ADSC exosomes reduce injury through the transfer of mitochondria components to neighboring cells (Xia et al, 2022).
ADSC secretome expedited wound healing and reduced inflammation in an animal model (Ma et al, 2021).
ADSC secretome promotes wound healing without leaving visible scars and was found safe when injected (An et al, 2021).
ADSC secretome has positive effects on granulation tissue formation and vascularization, and helps prevent fibrosis in pressure ulcers (Alexandrushkina et al, 2020).
Human ADSCs secrete functional neprilysin-bound exosomes that can degrade β-amyloid peptide (Aβ) that is found in the skin – cutaneous amyloidosis (Katsuda et al, 2013; Kucheryavykh et al, 2018).
In psoriasis and eczema the secretome from adipose mesenchymal stem cells (ADSCs), can regulate SOCS (suppressor of cytokine signaling) pathways, and modulate JAK pathways to reduce inflammation (Wang et al, 2022; Ko et al, 2023). Further, the secretome from ADSCs increases SOCS3 expression and, thus, the persistent and uninhibited expression of STAT3 by increased SOCS3 effectively ameliorates tissue injury by promoting tissue regeneration and decreasing inflammation and apoptosis (Lee et al, 2016).
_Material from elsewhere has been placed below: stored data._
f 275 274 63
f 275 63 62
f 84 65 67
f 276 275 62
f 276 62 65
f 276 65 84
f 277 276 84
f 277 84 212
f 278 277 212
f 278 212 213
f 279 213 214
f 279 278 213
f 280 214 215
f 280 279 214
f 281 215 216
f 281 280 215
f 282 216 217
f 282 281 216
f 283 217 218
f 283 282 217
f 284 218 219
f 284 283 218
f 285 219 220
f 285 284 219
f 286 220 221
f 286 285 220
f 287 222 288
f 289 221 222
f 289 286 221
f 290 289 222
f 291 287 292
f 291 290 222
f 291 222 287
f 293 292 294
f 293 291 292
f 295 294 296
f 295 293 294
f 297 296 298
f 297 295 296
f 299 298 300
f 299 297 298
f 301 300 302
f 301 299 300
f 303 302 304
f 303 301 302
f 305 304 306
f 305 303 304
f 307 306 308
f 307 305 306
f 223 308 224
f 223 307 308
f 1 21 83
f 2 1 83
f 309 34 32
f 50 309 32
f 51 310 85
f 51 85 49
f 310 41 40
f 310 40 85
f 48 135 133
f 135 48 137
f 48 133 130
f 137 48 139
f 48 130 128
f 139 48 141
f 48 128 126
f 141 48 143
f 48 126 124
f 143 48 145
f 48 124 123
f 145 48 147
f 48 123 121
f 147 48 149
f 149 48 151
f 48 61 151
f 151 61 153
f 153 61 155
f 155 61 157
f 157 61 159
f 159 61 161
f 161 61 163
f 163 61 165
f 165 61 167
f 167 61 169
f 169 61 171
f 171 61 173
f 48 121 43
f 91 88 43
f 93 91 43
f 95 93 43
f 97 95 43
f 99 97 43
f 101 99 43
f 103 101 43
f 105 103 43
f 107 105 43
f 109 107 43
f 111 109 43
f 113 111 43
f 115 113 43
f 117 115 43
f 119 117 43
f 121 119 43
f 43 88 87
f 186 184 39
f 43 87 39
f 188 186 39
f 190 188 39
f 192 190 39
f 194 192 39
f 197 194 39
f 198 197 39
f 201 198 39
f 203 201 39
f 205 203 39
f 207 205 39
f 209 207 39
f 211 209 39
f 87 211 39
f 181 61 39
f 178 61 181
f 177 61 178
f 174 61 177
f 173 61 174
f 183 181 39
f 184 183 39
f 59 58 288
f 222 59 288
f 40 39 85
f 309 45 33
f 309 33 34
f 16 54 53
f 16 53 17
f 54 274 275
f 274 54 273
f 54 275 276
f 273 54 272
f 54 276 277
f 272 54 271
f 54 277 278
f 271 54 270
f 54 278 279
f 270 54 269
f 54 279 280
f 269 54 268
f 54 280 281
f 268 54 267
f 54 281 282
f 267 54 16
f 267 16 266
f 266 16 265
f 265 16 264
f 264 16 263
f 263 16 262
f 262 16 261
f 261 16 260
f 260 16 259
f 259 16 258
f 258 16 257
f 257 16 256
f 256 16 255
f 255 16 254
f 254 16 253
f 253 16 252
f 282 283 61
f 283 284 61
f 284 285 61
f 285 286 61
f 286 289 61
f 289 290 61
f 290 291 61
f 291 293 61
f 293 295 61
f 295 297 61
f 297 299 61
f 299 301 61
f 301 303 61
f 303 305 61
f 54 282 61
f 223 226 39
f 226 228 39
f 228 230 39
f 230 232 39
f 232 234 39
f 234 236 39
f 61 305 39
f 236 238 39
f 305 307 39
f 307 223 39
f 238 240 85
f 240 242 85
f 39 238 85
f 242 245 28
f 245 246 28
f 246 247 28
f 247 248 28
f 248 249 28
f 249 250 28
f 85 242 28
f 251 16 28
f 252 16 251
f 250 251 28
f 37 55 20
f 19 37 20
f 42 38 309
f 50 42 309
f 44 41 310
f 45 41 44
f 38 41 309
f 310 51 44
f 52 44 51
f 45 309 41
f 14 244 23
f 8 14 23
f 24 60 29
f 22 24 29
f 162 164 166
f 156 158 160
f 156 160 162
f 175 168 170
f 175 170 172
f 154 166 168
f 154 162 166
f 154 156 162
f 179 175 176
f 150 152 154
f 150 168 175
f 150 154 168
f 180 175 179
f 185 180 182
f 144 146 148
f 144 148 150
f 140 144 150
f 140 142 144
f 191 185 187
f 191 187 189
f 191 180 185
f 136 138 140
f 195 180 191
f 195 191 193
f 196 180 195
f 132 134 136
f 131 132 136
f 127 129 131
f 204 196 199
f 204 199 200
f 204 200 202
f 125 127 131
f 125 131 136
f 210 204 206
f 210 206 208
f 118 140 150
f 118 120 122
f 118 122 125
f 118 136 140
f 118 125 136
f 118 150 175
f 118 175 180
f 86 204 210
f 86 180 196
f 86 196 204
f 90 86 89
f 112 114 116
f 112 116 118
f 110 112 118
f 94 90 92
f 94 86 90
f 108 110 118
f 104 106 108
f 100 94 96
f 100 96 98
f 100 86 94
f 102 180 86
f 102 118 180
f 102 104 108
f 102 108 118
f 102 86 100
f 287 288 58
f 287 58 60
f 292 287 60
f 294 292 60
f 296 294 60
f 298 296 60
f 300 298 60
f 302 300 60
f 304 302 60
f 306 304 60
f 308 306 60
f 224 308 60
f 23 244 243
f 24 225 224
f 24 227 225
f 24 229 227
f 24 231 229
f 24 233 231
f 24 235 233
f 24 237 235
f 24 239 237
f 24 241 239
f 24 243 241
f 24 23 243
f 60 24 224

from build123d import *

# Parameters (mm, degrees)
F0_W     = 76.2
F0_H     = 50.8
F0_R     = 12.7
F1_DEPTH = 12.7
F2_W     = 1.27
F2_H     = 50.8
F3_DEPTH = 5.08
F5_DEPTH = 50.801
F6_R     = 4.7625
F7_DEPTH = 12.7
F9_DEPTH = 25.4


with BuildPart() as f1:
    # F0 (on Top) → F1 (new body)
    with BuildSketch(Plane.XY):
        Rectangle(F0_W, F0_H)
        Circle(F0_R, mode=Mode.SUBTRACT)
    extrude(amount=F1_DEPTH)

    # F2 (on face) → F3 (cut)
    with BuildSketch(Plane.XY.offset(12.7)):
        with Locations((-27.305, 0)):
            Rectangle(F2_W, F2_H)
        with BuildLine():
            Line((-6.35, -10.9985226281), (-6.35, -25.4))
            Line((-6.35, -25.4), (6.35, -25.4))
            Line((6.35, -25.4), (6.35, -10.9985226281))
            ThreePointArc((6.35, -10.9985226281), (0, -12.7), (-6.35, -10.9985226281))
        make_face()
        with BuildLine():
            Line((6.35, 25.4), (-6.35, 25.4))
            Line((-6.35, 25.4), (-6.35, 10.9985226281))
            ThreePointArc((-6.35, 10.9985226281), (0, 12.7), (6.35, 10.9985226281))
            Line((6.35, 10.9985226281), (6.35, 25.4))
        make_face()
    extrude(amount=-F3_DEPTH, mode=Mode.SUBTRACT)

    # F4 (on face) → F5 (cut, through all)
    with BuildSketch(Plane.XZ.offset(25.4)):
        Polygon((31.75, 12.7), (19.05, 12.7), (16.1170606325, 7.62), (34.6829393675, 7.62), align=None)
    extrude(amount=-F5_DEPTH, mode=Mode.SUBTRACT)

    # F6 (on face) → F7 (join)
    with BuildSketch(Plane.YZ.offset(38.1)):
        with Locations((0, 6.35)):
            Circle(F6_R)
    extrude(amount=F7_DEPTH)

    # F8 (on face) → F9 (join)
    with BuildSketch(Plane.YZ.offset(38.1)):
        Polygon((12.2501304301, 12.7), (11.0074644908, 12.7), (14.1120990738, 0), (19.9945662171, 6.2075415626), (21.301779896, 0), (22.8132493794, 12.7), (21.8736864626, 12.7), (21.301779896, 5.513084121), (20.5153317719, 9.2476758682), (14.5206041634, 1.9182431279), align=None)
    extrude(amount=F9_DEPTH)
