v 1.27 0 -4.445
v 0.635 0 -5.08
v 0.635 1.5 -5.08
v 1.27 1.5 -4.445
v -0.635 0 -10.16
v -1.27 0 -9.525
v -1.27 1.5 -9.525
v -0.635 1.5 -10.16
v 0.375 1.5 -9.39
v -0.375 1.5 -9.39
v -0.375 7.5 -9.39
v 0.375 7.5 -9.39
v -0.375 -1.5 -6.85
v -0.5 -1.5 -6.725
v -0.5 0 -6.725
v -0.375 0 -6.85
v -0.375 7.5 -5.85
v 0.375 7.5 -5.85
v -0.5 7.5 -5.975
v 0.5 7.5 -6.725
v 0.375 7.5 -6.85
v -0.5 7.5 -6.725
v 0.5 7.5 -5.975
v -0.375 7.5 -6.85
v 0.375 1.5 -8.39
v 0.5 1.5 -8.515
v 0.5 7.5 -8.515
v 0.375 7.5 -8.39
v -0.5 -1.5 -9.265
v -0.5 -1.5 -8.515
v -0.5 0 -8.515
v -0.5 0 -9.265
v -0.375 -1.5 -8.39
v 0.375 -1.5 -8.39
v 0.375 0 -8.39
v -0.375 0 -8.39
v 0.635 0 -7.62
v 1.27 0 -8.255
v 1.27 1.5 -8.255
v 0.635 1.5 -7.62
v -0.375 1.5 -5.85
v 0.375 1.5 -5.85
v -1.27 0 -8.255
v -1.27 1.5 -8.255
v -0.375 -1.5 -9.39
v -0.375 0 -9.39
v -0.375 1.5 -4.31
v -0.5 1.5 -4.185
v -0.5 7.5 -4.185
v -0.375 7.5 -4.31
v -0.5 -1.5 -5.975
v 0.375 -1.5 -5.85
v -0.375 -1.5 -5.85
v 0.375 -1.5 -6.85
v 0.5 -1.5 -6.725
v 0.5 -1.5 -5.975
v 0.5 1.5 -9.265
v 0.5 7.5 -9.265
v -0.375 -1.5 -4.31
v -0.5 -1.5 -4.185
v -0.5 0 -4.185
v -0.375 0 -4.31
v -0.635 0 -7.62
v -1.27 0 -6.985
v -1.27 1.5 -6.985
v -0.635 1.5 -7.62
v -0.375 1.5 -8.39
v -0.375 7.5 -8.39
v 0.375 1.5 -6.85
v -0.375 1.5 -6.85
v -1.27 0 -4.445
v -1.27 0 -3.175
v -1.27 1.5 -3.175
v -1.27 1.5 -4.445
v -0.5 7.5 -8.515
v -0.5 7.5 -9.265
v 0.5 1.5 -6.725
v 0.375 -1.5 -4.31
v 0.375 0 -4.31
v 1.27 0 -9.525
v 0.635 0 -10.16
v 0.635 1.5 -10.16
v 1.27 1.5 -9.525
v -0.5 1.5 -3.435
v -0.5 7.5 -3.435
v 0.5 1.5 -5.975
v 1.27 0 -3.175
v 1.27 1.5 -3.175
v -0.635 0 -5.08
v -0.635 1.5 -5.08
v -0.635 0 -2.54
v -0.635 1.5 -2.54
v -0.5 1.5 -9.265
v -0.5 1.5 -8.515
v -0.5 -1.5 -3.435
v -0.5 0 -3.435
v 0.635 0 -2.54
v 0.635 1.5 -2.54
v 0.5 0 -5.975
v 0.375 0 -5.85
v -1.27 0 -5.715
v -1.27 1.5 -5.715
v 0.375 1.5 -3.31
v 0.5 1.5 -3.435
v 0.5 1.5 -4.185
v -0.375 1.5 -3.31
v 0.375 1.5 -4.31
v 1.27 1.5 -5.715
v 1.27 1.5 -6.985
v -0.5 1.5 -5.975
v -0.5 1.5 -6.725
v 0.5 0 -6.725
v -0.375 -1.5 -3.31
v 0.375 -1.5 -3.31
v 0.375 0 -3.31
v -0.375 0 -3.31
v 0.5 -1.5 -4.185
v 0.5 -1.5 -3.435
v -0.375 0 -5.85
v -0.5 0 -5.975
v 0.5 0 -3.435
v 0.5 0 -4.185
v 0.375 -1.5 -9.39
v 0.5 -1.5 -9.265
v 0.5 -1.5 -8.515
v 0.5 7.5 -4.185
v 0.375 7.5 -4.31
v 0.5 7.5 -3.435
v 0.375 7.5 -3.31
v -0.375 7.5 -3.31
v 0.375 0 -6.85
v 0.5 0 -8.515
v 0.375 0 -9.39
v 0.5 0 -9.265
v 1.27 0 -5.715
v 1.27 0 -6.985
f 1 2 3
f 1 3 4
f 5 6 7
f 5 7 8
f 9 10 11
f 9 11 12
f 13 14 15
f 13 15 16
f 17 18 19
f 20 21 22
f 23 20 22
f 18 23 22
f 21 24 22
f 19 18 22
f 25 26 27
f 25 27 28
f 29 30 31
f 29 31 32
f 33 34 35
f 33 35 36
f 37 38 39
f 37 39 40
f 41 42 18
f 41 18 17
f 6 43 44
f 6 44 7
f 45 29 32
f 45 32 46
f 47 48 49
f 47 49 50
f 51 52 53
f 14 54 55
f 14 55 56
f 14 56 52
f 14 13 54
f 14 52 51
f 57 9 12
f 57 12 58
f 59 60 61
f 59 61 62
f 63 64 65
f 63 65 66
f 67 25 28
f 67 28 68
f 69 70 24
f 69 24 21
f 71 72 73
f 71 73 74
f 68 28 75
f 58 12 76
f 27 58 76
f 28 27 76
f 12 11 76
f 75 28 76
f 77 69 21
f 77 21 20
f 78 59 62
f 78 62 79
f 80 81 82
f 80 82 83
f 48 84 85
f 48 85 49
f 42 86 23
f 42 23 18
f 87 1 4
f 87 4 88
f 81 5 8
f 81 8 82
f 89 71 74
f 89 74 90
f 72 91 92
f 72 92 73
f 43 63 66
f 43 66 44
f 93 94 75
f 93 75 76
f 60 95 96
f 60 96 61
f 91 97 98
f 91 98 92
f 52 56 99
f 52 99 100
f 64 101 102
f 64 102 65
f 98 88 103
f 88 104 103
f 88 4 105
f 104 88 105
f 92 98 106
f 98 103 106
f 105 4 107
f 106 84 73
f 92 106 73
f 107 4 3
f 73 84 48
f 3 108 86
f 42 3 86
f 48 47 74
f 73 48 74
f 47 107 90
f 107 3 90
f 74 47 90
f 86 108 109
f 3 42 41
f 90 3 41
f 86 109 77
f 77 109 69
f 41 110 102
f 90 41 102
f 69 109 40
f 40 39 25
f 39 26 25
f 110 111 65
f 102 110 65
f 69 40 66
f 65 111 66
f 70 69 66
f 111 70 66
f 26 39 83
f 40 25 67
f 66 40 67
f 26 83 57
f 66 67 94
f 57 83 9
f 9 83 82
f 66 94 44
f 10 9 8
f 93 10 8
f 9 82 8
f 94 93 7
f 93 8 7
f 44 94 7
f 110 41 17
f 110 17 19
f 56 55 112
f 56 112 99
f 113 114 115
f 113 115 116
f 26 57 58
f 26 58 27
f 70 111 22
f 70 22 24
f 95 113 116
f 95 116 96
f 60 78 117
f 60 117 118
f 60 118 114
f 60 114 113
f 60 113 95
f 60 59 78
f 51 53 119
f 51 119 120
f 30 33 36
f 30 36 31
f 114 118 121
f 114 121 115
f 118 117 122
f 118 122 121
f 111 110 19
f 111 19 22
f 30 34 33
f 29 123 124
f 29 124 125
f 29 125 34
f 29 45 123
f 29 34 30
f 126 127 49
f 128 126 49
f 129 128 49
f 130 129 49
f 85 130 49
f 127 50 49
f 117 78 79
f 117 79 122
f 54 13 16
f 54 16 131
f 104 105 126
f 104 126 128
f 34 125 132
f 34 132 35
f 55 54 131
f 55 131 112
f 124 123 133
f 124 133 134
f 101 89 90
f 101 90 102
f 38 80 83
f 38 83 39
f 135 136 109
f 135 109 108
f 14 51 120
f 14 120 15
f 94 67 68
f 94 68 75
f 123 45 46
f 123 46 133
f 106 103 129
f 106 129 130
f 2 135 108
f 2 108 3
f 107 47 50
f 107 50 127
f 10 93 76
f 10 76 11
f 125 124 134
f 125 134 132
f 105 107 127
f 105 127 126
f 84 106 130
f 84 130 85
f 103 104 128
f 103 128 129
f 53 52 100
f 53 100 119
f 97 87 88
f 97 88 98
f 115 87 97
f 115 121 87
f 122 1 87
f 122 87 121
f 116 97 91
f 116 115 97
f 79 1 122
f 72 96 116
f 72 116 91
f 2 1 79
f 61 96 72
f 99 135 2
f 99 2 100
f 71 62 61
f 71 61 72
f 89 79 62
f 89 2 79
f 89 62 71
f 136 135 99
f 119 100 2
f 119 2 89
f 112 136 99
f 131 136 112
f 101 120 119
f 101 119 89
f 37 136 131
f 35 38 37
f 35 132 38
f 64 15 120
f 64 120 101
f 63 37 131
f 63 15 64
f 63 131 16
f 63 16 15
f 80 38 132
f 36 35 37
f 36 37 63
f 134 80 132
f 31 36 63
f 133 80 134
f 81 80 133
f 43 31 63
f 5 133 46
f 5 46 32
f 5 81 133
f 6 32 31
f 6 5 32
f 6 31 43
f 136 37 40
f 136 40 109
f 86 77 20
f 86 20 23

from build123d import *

# Parameters (mm, degrees)
BOSS_EXTRUDE1_DEPTH      = 1.5
BOSS_EXTRUDE2_DEPTH      = 6
BOSS_EXTRUDE2_DEPTH_BACK = 3
CUT_EXTRUDE1_DEPTH       = 13.69206445
CUT_EXTRUDE1_DEPTH_BACK  = 13.69206445


with BuildPart() as part:
    # Sketch1 → Boss-Extrude1 (new body)
    with BuildSketch(Plane(origin=(0, 0, 0), x_dir=(1, 0, 0), z_dir=(0, 1, 0))):
        Polygon((-0.635, 10.16), (0.635, 10.16), (1.27, 9.525), (1.27, 8.255), (0.635, 7.62), (1.27, 6.985), (1.27, 5.715), (0.635, 5.08), (1.27, 4.445), (1.27, 3.175), (0.635, 2.54), (1.27, 1.905), (1.27, 0.635), (0.635, 0), (1.27, -0.635), (1.27, -1.905), (0.635, -2.54), (1.27, -3.175), (1.27, -4.445), (0.635, -5.08), (-0.635, -5.08), (-1.27, -4.445), (-1.27, -3.175), (-0.635, -2.54), (-1.27, -1.905), (-1.27, -0.635), (-0.635, 0), (-1.27, 0.635), (-1.27, 1.905), (-0.635, 2.54), (-1.27, 3.175), (-1.27, 4.445), (-0.635, 5.08), (-1.27, 5.715), (-1.27, 6.985), (-0.635, 7.62), (-1.27, 8.255), (-1.27, 9.525), align=None)
    extrude(amount=BOSS_EXTRUDE1_DEPTH)

    # Sketch3 → Boss-Extrude2 (add, two sides: drawn at the far end of the back side and taken through both)
    with BuildSketch(Plane(origin=(0, 1.5, 0), x_dir=(1, 0, 0), z_dir=(0, 1, 0)).offset(-BOSS_EXTRUDE2_DEPTH_BACK)):
        Polygon((0.375, 9.39), (0.5, 9.265), (0.5, 8.515), (0.375, 8.39), (-0.375, 8.39), (-0.5, 8.515), (-0.5, 9.265), (-0.375, 9.39), align=None)
        Polygon((0.375, 6.85), (0.5, 6.725), (0.5, 5.975), (0.375, 5.85), (-0.375, 5.85), (-0.5, 5.975), (-0.5, 6.725), (-0.375, 6.85), align=None)
        Polygon((0.375, 4.31), (0.5, 4.185), (0.5, 3.435), (0.375, 3.31), (-0.375, 3.31), (-0.5, 3.435), (-0.5, 4.185), (-0.375, 4.31), align=None)
        Polygon((0.375, 1.77), (0.5, 1.645), (0.5, 0.895), (0.375, 0.77), (-0.375, 0.77), (-0.5, 0.895), (-0.5, 1.645), (-0.375, 1.77), align=None)
        Polygon((0.375, -0.77), (0.5, -0.895), (0.5, -1.645), (0.375, -1.77), (-0.375, -1.77), (-0.5, -1.645), (-0.5, -0.895), (-0.375, -0.77), align=None)
        Polygon((0.375, -3.31), (0.5, -3.435), (0.5, -4.185), (0.375, -4.31), (-0.375, -4.31), (-0.5, -4.185), (-0.5, -3.435), (-0.375, -3.31), align=None)
    extrude(amount=BOSS_EXTRUDE2_DEPTH + BOSS_EXTRUDE2_DEPTH_BACK)

    # Sketch4 → Cut-Extrude1 (cut, two sides: drawn at the far end of the back side and taken through both)
    with BuildSketch(Plane(origin=(0, 0, 0), x_dir=(1, 0, 0), z_dir=(0, 1, 0)).offset(-CUT_EXTRUDE1_DEPTH_BACK)):
        Polygon((0.635, 2.54), (-0.635, 2.54), (-3.551273802, 2.145414022), (-3.551273802, -5.54901255), (3.518391637, -6.305302341), (3.518391637, 1.323359901), align=None)
    extrude(amount=CUT_EXTRUDE1_DEPTH + CUT_EXTRUDE1_DEPTH_BACK, mode=Mode.SUBTRACT)


solid = part.part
ADSC and BMSC secretomes were characterized by the upregulation of proteins linked to ECM structure and organization and proteolytic processes compared to UCSCs, important to active involvement in tissue repair and microenvironment maintenance and suggesting their advantage for tissue-forming applications (Hodgson-Garms et al, 2025), but ADSCs are better at preventing fibrosis and reducing inflammation (Yoshida et al, 2023).
Fu et al (2025) found that hADSC-Exos are more effective in promoting hair follicle development compared to hUCMSC-Exos, and the secretome of ADSCs was more associated with growth processes such as nucleosome function than was the UCMSC secretome (Fu et al, 2025).